## WHAT TO DO
Scan the records below for the string "revolve" and return every line where it appears.

+ + + +

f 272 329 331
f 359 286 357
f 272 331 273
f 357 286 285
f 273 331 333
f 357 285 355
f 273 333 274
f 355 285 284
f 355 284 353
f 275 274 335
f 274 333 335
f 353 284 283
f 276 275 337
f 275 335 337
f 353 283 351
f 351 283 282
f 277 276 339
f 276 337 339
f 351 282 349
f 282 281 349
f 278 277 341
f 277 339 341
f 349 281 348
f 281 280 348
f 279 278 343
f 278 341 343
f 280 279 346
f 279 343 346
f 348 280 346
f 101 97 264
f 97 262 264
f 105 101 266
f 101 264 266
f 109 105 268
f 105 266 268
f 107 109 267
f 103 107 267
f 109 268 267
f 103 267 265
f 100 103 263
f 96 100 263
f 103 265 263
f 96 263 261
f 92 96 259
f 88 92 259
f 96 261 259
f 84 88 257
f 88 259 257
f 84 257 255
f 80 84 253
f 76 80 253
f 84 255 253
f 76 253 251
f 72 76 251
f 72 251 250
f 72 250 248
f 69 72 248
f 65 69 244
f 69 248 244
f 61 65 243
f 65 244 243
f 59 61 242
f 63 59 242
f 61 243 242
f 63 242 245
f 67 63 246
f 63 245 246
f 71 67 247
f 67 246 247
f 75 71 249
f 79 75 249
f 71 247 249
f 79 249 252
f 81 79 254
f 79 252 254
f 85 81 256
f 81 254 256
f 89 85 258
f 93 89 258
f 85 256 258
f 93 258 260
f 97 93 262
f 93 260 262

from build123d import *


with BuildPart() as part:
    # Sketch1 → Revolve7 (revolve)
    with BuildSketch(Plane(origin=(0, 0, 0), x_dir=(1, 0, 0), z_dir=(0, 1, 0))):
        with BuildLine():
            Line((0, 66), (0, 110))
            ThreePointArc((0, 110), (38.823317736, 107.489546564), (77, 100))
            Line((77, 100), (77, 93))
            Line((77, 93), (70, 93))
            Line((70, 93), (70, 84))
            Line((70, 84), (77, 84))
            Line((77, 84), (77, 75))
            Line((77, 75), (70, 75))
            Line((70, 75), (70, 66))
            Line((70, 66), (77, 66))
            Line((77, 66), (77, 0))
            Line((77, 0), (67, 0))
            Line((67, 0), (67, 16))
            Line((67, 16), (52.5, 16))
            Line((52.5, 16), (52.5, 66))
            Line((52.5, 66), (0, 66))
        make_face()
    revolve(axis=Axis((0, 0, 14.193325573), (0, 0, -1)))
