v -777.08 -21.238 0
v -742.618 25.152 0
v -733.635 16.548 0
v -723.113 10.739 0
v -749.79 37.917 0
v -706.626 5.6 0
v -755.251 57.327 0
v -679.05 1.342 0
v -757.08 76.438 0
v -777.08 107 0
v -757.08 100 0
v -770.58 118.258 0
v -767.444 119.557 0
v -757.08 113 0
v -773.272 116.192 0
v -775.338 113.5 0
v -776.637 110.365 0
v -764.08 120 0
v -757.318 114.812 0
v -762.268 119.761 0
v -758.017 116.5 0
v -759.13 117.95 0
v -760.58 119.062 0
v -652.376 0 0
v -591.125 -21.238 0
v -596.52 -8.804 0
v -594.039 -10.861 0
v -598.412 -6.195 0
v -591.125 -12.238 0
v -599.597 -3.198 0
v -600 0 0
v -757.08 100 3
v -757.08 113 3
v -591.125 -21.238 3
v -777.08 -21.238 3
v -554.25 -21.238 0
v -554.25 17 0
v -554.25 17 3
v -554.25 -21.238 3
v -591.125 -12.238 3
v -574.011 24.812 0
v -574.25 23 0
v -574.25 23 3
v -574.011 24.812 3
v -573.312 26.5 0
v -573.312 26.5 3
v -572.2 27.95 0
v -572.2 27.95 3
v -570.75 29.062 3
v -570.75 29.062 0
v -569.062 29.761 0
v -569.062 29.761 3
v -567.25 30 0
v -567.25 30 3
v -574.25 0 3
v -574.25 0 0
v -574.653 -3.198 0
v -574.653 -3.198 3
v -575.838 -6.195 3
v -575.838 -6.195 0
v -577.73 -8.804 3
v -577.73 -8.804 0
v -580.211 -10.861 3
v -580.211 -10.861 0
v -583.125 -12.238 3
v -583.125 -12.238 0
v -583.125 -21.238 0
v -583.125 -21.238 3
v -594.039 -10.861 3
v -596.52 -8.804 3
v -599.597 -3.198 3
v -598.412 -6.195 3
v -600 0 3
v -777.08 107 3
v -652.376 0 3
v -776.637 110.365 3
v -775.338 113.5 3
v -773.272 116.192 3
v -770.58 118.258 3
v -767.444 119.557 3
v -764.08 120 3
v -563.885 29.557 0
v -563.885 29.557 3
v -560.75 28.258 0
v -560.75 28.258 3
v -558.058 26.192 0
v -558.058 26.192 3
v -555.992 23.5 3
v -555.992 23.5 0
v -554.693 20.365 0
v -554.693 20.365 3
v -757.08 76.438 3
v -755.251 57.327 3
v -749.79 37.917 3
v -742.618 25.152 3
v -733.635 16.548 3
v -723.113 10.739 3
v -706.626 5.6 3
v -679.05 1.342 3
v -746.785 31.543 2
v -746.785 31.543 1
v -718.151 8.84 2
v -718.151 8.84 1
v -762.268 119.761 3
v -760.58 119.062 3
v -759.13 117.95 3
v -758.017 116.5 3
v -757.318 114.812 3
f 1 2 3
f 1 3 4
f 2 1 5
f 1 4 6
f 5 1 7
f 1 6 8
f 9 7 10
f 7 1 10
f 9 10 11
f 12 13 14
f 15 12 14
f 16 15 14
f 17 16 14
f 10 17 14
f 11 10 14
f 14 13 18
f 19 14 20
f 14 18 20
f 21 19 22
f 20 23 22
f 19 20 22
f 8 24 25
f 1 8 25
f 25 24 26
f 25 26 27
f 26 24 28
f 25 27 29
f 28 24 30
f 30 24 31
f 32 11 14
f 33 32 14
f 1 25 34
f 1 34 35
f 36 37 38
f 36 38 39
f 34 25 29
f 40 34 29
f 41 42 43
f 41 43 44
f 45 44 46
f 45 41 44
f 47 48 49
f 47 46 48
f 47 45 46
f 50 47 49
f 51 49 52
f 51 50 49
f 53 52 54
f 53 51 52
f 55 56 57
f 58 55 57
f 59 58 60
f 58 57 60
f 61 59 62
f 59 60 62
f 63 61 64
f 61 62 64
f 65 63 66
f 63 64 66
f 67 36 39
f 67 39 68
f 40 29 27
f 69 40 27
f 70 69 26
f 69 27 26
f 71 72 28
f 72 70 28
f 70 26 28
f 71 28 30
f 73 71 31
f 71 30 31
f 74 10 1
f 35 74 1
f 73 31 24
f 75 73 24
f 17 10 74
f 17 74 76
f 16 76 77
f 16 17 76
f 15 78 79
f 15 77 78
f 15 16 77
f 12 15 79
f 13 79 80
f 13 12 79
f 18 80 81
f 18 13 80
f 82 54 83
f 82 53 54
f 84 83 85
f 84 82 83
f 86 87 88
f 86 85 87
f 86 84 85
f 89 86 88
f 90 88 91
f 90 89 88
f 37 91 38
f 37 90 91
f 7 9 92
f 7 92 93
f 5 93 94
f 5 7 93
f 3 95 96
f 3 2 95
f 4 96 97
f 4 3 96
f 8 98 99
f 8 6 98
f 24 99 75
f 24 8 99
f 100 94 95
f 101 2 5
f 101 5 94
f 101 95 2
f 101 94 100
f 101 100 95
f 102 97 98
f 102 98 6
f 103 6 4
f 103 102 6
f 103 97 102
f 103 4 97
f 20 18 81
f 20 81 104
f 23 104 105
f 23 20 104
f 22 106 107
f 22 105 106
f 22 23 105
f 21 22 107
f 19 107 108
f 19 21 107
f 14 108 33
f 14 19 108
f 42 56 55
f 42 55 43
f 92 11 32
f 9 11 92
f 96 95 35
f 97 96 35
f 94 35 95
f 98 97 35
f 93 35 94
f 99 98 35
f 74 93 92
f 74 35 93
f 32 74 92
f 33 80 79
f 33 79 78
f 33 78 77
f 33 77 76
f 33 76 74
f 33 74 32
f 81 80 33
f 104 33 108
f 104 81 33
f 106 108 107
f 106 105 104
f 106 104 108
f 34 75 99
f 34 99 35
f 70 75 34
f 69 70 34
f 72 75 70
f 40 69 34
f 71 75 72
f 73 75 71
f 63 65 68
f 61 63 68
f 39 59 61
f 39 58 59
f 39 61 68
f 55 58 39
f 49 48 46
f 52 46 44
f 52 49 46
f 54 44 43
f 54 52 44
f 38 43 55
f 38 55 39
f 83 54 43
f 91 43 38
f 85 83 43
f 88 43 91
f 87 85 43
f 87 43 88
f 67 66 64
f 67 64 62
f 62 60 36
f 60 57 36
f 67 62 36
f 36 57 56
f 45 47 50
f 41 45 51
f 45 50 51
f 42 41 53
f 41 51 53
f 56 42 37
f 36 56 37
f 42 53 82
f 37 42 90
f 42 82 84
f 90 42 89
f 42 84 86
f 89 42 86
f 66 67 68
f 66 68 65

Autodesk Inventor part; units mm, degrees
ref_plane "YZ Plane" through (0, 0, 0) normal (1, 0, 0) x (0, 1, 0)
ref_plane "XZ Plane" through (0, 0, 0) normal (0, 1, 0) x (-1, 0, 0)
ref_plane "XY Plane" through (0, 0, 0) normal (0, 0, 1) x (1, 0, 0)
sketch "Sketch3" plane through (0, 0, 0) normal (0, 0, 1) x (1, 0, 0)
  circle A0 centre (368.0481, 50) radius 50 construction
  line L0 (368.0481, 0) -> (514.9541, 0) construction
  line L1 (368.0481, 50) -> (514.9541, 50) construction
  line L2 (368.0481, 100) -> (514.9541, 100) construction
  line L3 (368.0481, 50) -> (343.0481, 6.6987) construction
  line L4 (368.0481, 50) -> (324.7469, 25) construction
  line L5 (368.0481, 50) -> (324.7469, 75) construction
  line L6 (343.0481, 93.3013) -> (368.0481, 50) construction
  line L7 (393.0481, 93.3013) -> (368.0481, 50) construction
  line L8 (411.3494, 75) -> (368.0481, 50) construction
  line L9 (411.3494, 25) -> (368.0481, 50) construction
  line L10 (393.0481, 6.6987) -> (368.0481, 50) construction
  line L11 (368.0481, 0) -> (368.0481, 100) construction
  line L12 (418.0481, 50) -> (368.0481, 50) construction
  line L13 (341.8682, 0) -> (341.8682, 100) construction
  line L14 (315.6883, 0) -> (315.6883, 100) construction
  line L15 (289.5083, 0) -> (289.5083, 100) construction
  line L16 (263.3284, 0) -> (263.3284, 100) construction
  line L17 (237.1485, 0) -> (237.1485, 100) construction
  line L18 (210.9685, 0) -> (210.9685, 100) construction
  line L19 (184.7886, 0) -> (184.7886, 100) construction
  line L20 (158.6086, 0) -> (158.6086, 100) construction
  circle A1 centre (315.6883, 50) radius 50 construction
  circle A2 centre (341.8682, 50) radius 50 construction
  circle A3 centre (289.5083, 50) radius 50 construction
  circle A4 centre (263.3284, 50) radius 50 construction
  circle A5 centre (237.1485, 50) radius 50 construction
  circle A6 centre (210.9685, 50) radius 50 construction
  line L21 (393.0481, 6.6987) -> (514.9541, 6.6987) construction
  line L22 (411.3494, 25) -> (514.9541, 25) construction
  line L23 (411.3494, 75) -> (514.9541, 75) construction
  line L24 (411.3494, 75) -> (514.9541, 75) construction
  line L25 (393.0481, 93.3013) -> (514.9541, 93.3013) construction
  line L26 (358.9895, 75) -> (339.5083, 50) construction
  line L27 (339.5083, 50) -> (306.6297, 25) construction
  line L28 (306.6297, 25) -> (262.1485, 6.6987) construction
  line L29 (262.1485, 6.6987) -> (210.9685, 0) construction
  line L30 (105.4843, -12.0642) -> (105.4843, 125.3083) construction
  line L31 (25.75, 0) -> (25.75, 23)
  line L32 (45.75, 17) -> (45.75, -21.2379)
  arc A7 (32.75, 30) -> (25.75, 23) centre (32.75, 23) ccw
  arc A8 (45.75, 17) -> (32.75, 30) centre (32.75, 17) ccw
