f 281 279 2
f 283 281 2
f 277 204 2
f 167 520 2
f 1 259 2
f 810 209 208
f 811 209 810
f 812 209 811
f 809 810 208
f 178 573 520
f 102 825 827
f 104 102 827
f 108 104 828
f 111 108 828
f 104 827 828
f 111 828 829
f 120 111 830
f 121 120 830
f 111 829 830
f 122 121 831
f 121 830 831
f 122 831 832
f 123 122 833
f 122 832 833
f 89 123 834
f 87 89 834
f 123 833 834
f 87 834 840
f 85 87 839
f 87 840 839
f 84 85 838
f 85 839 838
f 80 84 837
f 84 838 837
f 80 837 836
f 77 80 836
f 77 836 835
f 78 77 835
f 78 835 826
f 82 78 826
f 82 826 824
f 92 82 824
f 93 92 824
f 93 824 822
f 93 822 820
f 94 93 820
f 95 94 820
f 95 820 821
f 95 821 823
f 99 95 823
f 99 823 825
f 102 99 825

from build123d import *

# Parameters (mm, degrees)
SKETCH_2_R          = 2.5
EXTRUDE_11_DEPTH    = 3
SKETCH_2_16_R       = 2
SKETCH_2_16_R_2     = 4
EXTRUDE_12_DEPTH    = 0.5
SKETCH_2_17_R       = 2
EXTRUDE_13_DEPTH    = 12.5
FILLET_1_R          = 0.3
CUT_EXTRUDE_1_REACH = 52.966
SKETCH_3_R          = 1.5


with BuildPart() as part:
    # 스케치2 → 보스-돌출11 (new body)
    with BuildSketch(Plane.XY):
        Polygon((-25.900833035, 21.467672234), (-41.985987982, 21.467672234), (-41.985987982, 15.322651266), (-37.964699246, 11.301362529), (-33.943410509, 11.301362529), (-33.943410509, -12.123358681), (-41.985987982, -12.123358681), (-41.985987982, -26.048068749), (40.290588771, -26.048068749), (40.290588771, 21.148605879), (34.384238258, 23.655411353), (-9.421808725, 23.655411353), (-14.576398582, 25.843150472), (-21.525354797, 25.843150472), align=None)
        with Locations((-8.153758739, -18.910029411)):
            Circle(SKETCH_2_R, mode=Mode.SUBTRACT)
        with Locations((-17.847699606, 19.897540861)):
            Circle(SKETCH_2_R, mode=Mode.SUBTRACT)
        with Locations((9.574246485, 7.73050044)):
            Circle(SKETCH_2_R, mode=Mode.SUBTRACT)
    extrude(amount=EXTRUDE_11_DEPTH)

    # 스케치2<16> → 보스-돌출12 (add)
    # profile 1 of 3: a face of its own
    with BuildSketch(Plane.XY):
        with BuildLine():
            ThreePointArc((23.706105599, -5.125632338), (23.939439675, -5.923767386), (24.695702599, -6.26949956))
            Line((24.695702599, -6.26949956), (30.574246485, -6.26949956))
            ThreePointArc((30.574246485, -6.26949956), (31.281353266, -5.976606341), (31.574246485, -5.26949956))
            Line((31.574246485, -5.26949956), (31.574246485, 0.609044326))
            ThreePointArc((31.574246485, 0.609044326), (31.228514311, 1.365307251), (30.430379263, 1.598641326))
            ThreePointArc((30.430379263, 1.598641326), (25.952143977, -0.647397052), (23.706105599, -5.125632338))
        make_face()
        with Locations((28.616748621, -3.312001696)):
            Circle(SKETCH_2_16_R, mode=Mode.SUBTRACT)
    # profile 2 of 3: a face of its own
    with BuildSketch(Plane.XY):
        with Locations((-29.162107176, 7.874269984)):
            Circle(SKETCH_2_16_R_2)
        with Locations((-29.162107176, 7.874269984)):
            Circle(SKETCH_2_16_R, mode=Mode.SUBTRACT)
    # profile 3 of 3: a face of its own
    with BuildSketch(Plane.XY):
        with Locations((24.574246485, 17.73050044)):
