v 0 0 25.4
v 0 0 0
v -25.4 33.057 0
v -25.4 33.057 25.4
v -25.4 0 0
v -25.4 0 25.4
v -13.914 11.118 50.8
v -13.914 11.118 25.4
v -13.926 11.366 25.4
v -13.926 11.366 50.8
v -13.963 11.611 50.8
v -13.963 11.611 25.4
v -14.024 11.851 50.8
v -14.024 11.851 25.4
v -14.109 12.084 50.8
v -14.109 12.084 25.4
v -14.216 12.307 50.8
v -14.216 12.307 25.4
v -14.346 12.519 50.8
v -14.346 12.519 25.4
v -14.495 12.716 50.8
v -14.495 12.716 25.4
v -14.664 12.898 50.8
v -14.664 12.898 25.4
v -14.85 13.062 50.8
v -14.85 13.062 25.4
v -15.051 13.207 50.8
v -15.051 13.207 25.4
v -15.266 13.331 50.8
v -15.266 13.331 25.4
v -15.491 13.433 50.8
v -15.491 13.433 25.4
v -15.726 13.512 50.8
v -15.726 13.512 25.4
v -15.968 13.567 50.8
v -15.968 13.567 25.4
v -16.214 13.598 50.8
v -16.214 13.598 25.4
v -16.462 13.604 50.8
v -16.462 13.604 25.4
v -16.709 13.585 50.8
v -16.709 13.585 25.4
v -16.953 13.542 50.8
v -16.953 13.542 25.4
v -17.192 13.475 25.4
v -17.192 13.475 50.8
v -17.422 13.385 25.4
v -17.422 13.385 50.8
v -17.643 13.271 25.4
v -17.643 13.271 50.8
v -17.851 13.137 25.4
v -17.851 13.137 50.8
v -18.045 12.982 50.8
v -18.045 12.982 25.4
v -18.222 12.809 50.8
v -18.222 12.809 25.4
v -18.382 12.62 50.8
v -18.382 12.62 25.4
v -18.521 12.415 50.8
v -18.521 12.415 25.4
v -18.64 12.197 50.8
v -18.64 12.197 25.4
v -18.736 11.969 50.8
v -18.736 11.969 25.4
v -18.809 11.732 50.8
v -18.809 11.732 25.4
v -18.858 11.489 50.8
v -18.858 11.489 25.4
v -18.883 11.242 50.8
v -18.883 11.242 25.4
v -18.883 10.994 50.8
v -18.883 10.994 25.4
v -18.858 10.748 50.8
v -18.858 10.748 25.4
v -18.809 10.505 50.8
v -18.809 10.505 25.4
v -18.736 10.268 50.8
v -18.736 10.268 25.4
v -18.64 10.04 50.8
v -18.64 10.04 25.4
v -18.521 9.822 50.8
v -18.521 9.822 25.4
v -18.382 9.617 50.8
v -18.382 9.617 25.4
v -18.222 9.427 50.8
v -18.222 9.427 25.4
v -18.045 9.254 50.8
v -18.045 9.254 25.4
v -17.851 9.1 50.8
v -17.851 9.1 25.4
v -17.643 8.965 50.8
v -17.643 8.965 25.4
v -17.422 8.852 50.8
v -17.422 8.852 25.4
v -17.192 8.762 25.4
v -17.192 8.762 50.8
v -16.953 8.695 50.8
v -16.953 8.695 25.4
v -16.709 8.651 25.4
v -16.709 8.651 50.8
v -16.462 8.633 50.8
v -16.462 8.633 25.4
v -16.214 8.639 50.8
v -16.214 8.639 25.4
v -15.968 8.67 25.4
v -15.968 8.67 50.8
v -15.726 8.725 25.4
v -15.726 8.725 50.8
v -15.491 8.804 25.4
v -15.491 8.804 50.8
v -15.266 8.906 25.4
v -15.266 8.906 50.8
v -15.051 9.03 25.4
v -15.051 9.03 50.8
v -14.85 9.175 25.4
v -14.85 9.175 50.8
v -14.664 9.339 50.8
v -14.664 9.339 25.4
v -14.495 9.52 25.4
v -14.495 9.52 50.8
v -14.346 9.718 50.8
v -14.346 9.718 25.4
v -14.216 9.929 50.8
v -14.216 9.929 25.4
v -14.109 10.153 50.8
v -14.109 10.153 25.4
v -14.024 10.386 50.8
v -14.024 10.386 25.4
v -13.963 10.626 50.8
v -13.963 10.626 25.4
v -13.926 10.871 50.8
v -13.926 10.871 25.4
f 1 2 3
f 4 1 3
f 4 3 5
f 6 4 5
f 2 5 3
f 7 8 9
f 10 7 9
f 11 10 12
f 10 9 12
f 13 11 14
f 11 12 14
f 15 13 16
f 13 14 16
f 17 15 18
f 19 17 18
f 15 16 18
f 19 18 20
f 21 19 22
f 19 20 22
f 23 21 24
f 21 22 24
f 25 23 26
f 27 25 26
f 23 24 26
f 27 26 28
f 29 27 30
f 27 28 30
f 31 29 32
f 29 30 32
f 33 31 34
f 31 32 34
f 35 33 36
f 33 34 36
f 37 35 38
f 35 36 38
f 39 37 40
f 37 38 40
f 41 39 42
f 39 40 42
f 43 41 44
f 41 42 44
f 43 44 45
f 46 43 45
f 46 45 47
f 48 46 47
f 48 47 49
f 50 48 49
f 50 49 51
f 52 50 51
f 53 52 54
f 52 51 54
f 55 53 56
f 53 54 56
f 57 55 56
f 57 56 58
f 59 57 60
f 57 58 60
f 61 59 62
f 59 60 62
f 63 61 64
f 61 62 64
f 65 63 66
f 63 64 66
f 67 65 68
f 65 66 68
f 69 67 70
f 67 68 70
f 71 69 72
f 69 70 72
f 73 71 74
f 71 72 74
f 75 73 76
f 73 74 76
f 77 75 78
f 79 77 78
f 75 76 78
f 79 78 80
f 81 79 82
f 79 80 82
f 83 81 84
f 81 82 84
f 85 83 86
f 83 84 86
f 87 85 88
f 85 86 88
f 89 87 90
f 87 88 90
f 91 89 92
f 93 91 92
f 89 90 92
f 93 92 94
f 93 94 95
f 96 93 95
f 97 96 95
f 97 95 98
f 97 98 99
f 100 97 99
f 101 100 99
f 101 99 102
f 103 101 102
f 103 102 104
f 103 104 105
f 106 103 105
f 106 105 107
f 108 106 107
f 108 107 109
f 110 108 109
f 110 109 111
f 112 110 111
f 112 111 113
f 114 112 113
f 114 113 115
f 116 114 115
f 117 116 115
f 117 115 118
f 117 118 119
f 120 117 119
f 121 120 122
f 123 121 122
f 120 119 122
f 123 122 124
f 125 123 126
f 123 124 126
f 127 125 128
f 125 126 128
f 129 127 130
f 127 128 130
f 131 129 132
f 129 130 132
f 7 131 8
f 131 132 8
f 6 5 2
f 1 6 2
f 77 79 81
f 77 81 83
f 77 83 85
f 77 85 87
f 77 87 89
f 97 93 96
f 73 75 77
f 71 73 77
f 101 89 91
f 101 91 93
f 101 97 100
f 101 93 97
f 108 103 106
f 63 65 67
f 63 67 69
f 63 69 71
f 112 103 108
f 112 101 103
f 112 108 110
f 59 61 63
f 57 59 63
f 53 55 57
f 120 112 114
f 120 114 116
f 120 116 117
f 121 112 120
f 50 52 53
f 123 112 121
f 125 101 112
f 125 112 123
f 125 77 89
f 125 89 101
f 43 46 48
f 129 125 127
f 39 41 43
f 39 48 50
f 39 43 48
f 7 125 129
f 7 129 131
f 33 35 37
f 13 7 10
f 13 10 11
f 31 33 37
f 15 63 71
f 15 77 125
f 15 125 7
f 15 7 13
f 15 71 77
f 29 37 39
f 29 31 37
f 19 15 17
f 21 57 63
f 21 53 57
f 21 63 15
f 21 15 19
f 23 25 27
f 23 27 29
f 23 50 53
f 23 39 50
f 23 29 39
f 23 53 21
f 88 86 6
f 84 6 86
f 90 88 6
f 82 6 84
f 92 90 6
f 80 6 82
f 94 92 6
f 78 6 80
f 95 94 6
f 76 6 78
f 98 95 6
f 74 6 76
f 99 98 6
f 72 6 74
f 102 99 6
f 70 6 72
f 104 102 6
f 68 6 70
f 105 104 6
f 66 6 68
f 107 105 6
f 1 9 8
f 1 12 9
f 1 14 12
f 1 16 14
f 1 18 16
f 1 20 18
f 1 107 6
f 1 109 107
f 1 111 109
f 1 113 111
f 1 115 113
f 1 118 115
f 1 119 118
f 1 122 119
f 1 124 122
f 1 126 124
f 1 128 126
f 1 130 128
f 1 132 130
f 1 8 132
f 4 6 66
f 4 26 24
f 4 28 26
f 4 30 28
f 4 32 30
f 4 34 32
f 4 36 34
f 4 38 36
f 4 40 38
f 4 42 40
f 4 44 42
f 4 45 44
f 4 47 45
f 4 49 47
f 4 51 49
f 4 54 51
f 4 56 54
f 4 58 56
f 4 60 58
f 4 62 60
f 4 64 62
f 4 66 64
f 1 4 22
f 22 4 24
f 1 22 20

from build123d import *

# Parameters (mm, degrees)
F1_DEPTH = 25.4
F2_R     = 2.486175
F3_DEPTH = 25.4


with BuildPart() as f1:
    # F0 (on Top) → F1 (new body)
    with BuildSketch(Plane.XY):
        Polygon((-25.4, 0), (0, 0), (-25.4, 33.05722), align=None)
    extrude(amount=F1_DEPTH)

    # F2 (on face) → F3 (join)
    with BuildSketch(Plane.XY.offset(25.4)):
        with Locations((-16.399799, 11.118355)):
            Circle(F2_R)
    extrude(amount=F3_DEPTH)


solid = f1.part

+ + + +

## ANSWER
    # Sketch1 → Revolve7 (revolve)
    revolve(axis=Axis((0, 0, 14.193325573), (0, 0, -1)))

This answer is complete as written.